Un LLM seul est un cerveau dans un bocal. Voici ce qui en fait un agent.

Un LLM seul est un cerveau dans un bocal. Voici ce qui en fait un agent.
Intention utilisateur

Ce que vous allez apprendre

Développeur, chef de projet ou décideur qui veut comprendre ce qu'est un agent IA à base de LLM, en quoi il diffère d'un simple chatbot, et de quels composants il se compose (orchestrateur, RAG, outils, fine-tuning, infra). Recherches types : "agent IA c'est quoi", "comment fonctionne un agent IA", "LLM vs agent", "architecture agent IA".

Un LLM seul pense mais ne perçoit rien, ne retient rien, n'accomplit rien. Anatomie d'un agent IA organe par organe — perception, mémoire, outils, boucle de contrôle — avec un exemple d'entreprise pour chacun.

Un cerveau maintenu en vie dans une cuve, alimenté par des électrodes : il pense, raisonne, rêve — et ne peut rien percevoir de réel, rien retenir de neuf, rien accomplir dans le monde. Les philosophes ont inventé cette expérience de pensée pour douter de la réalité ; elle décrit surtout, trait pour trait, un grand modèle de langage livré à lui-même. À l'état brut, GPT ou Claude reçoivent du texte et en produisent. Rien d'autre. Ce qui transforme cet organe isolé en agent IA, c'est tout ce qu'on lui branche autour — et cela se dissèque, organe par organe.

La perception

Un agent commence par des yeux. Non pas des caméras, mais des canaux d'entrée : les flux qu'on décide de router vers le modèle. Chez un courtier en assurance avec lequel j'ai travaillé, l'agent de traitement des sinistres ne « voit » que trois choses : le courriel du client, ses pièces jointes (constats, photos, factures) et la fiche contrat extraite du système métier. Ce périmètre n'a rien d'anodin — il a été dessiné. Trop étroit, l'agent répond à côté faute d'éléments ; trop large, il se noie dans un contexte encombré où l'information décisive se dilue.

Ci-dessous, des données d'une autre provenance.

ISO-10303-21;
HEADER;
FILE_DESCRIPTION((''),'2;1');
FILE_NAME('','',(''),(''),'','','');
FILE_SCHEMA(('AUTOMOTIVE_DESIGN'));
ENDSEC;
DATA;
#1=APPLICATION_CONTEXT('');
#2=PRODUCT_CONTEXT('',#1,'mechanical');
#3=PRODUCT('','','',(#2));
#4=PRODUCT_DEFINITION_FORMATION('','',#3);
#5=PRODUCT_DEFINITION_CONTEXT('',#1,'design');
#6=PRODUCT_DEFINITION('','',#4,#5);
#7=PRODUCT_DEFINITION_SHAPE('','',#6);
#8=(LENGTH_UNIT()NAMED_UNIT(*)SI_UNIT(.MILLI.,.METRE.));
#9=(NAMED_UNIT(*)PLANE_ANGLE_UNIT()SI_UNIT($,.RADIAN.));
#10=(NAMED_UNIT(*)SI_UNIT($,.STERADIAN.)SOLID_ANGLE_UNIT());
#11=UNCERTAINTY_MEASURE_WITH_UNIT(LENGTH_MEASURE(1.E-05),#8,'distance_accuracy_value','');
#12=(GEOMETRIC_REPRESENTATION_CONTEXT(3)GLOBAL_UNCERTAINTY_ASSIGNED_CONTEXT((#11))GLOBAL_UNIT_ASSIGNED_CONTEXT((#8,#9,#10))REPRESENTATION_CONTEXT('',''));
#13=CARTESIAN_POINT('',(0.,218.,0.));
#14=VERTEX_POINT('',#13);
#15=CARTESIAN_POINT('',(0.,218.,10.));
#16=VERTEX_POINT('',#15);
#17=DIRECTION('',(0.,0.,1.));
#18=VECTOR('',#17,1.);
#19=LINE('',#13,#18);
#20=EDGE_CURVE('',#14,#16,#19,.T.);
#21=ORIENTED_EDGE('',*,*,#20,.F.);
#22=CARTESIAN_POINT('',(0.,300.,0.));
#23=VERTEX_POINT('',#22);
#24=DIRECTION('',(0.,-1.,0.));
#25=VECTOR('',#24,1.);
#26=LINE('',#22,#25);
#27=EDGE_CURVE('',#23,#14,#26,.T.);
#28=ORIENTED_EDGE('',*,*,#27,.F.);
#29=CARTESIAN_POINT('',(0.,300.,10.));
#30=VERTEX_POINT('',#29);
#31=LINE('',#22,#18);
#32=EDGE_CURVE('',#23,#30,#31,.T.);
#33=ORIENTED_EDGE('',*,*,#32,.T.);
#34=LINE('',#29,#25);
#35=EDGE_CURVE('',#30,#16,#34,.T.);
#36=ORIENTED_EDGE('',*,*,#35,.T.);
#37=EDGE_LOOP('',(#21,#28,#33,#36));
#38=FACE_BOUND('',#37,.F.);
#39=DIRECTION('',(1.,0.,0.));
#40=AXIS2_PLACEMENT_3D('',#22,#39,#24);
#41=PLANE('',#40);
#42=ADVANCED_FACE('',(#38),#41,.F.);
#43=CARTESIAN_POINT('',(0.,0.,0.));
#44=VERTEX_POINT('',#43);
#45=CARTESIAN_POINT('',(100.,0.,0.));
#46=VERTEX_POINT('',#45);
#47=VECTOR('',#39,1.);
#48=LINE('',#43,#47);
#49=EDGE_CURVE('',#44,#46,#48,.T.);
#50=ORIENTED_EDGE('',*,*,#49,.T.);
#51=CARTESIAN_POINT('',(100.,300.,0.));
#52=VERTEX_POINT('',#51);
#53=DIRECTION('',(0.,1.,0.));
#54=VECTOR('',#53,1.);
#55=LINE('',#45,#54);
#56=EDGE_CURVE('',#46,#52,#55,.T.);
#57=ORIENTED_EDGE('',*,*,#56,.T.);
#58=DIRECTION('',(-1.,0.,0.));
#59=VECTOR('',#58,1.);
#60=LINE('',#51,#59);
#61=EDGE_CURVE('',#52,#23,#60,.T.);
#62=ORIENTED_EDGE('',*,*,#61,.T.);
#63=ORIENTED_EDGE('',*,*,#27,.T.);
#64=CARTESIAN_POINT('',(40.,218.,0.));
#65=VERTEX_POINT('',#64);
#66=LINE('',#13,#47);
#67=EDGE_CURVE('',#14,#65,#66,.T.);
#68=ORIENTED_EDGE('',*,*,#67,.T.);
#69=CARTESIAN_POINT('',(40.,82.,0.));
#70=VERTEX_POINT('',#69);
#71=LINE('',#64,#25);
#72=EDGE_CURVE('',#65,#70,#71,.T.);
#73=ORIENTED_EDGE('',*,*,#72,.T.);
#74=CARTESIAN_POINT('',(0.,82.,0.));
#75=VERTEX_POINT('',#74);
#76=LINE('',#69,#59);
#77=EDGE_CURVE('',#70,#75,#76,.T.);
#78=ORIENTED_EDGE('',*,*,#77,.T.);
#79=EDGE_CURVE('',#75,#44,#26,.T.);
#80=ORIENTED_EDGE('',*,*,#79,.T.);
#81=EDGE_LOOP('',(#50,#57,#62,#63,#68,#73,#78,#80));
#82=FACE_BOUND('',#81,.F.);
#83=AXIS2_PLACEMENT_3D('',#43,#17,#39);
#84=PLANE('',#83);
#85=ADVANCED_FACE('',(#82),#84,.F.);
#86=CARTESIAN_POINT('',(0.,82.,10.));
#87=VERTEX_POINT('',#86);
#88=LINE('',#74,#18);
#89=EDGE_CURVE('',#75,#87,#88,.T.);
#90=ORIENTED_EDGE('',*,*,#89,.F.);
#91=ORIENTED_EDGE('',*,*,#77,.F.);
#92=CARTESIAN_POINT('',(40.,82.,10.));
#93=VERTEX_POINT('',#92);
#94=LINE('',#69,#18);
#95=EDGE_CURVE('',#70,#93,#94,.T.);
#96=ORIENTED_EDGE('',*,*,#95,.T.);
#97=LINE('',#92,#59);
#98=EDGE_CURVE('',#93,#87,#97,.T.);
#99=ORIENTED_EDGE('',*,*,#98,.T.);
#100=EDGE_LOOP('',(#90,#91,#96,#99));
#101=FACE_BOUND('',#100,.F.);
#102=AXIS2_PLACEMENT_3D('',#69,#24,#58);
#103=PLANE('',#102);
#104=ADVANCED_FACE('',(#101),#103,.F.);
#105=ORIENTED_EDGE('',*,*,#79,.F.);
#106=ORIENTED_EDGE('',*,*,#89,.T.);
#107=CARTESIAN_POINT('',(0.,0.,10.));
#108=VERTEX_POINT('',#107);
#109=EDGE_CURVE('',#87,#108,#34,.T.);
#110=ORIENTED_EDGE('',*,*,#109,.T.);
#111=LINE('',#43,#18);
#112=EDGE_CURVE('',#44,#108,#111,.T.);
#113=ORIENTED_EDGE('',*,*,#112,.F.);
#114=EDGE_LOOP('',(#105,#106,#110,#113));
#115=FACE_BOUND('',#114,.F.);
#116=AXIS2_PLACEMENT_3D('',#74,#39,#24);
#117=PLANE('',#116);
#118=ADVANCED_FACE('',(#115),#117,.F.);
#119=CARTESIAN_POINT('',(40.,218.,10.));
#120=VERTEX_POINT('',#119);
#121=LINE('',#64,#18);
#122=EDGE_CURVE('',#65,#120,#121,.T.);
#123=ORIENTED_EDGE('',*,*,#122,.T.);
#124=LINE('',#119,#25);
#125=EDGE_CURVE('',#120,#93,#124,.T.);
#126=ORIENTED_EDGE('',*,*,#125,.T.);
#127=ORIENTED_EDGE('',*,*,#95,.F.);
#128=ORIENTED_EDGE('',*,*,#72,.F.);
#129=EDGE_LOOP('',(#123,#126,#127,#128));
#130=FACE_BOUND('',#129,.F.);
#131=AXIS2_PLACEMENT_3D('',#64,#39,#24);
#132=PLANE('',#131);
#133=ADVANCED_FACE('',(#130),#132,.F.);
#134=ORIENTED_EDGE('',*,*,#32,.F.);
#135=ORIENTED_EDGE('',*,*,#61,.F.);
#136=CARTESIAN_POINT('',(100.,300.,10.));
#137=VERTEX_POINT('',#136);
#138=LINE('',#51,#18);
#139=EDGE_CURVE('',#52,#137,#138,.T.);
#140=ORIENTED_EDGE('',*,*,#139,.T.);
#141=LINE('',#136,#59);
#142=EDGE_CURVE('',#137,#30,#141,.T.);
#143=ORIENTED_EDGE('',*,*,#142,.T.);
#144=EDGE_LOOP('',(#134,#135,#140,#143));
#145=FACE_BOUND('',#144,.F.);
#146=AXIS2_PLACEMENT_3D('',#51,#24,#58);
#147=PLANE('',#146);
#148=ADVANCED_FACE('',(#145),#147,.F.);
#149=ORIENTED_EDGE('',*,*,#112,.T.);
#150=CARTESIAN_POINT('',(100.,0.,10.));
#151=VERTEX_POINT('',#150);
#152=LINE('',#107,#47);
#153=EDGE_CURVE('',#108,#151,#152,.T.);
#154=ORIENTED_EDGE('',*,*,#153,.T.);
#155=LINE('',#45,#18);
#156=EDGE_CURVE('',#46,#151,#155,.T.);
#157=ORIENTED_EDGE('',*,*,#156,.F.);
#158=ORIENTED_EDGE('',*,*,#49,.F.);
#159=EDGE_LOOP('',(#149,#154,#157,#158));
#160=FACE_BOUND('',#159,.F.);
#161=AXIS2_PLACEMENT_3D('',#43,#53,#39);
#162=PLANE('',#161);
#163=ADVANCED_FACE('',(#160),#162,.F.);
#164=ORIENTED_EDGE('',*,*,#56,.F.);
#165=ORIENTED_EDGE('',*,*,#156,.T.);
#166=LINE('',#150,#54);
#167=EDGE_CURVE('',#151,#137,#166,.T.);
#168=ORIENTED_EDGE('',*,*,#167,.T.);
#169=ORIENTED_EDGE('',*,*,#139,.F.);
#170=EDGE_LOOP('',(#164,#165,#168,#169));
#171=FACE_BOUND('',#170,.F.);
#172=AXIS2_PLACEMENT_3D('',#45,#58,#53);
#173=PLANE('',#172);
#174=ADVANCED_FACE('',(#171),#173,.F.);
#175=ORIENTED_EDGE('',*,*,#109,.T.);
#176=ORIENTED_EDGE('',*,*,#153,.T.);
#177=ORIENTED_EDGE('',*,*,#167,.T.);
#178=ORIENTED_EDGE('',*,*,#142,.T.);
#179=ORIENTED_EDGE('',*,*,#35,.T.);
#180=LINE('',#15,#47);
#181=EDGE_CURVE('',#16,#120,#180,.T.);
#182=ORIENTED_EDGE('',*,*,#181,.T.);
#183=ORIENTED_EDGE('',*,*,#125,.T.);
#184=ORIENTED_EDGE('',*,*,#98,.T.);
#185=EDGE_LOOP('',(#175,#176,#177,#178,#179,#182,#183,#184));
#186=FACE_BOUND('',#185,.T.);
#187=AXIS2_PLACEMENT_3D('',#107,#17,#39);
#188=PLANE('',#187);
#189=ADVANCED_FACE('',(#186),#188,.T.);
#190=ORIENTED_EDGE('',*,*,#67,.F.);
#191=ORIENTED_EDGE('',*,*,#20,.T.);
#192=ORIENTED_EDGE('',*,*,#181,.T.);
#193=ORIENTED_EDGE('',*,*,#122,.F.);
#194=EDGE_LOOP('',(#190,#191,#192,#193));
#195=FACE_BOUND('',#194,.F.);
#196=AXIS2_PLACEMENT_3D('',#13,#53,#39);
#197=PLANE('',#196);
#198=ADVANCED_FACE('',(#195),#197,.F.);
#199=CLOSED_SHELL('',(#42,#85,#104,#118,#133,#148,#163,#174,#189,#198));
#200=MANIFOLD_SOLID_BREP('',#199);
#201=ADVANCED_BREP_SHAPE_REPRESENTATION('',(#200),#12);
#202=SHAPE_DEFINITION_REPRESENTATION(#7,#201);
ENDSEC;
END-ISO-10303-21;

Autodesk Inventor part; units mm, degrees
ref_plane "YZ Plane" through (0, 0, 0) normal (1, 0, 0) x (0, 1, 0)
ref_plane "XZ Plane" through (0, 0, 0) normal (0, 1, 0) x (-1, 0, 0)
ref_plane "XY Plane" through (0, 0, 0) normal (0, 0, 1) x (1, 0, 0)
sketch "スケッチ1" plane through (0, 0, 0) normal (0, 0, 1) x (1, 0, 0)
  line L0 (0, 0) -> (100, 0)
  line L1 (100, 0) -> (100, 300)
  line L2 (100, 300) -> (0, 300)
  line L3 (0, 300) -> (0, 0)
  line L4 (0, 218) -> (40, 218)
  line L5 (40, 218) -> (40, 82)
  line L6 (40, 82) -> (0, 82)
  line L7 (0, 82) -> (0, 218)
  point P0 (0, 150)
  point P1 (40, 150)
  point P2 (0, 82)
  dimension "d0" = 136
  dimension "d1" = 300
  dimension "d2" = 100
  dimension "d3" = 40
  dimension "d4" = 0
extrude "押し出し1" add sketch "スケッチ1" along normal blind 10 contours L3 L6 L5 L4 L2 L1 L0
properties part number "base"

La perception d'un agent est donc une décision d'architecture avant d'être une prouesse technique. Les modèles récents lisent des images, des tableaux, des captures d'écran ; la vraie question demeure ce qu'on leur montre, dans quel ordre, avec quel filtrage préalable. Un agent qui perçoit mal ressemble à un médecin brillant à qui l'on tend le dossier d'un autre patient : le diagnostic sera éloquent, structuré, et faux.

La mémoire

Deuxième organe, le plus contre-intuitif : un LLM n'a pas de mémoire au sens où nous l'entendons. Ses connaissances sont figées dans ses poids au moment de l'entraînement, et sa fenêtre de contexte — sa mémoire de travail — se vide à chaque session. Un cabinet d'avocats qui déploie un assistant de recherche juridique se heurte immédiatement au problème : le modèle ignore la jurisprudence du mois dernier et, plus gênant, les milliers de notes internes qui font la valeur du cabinet.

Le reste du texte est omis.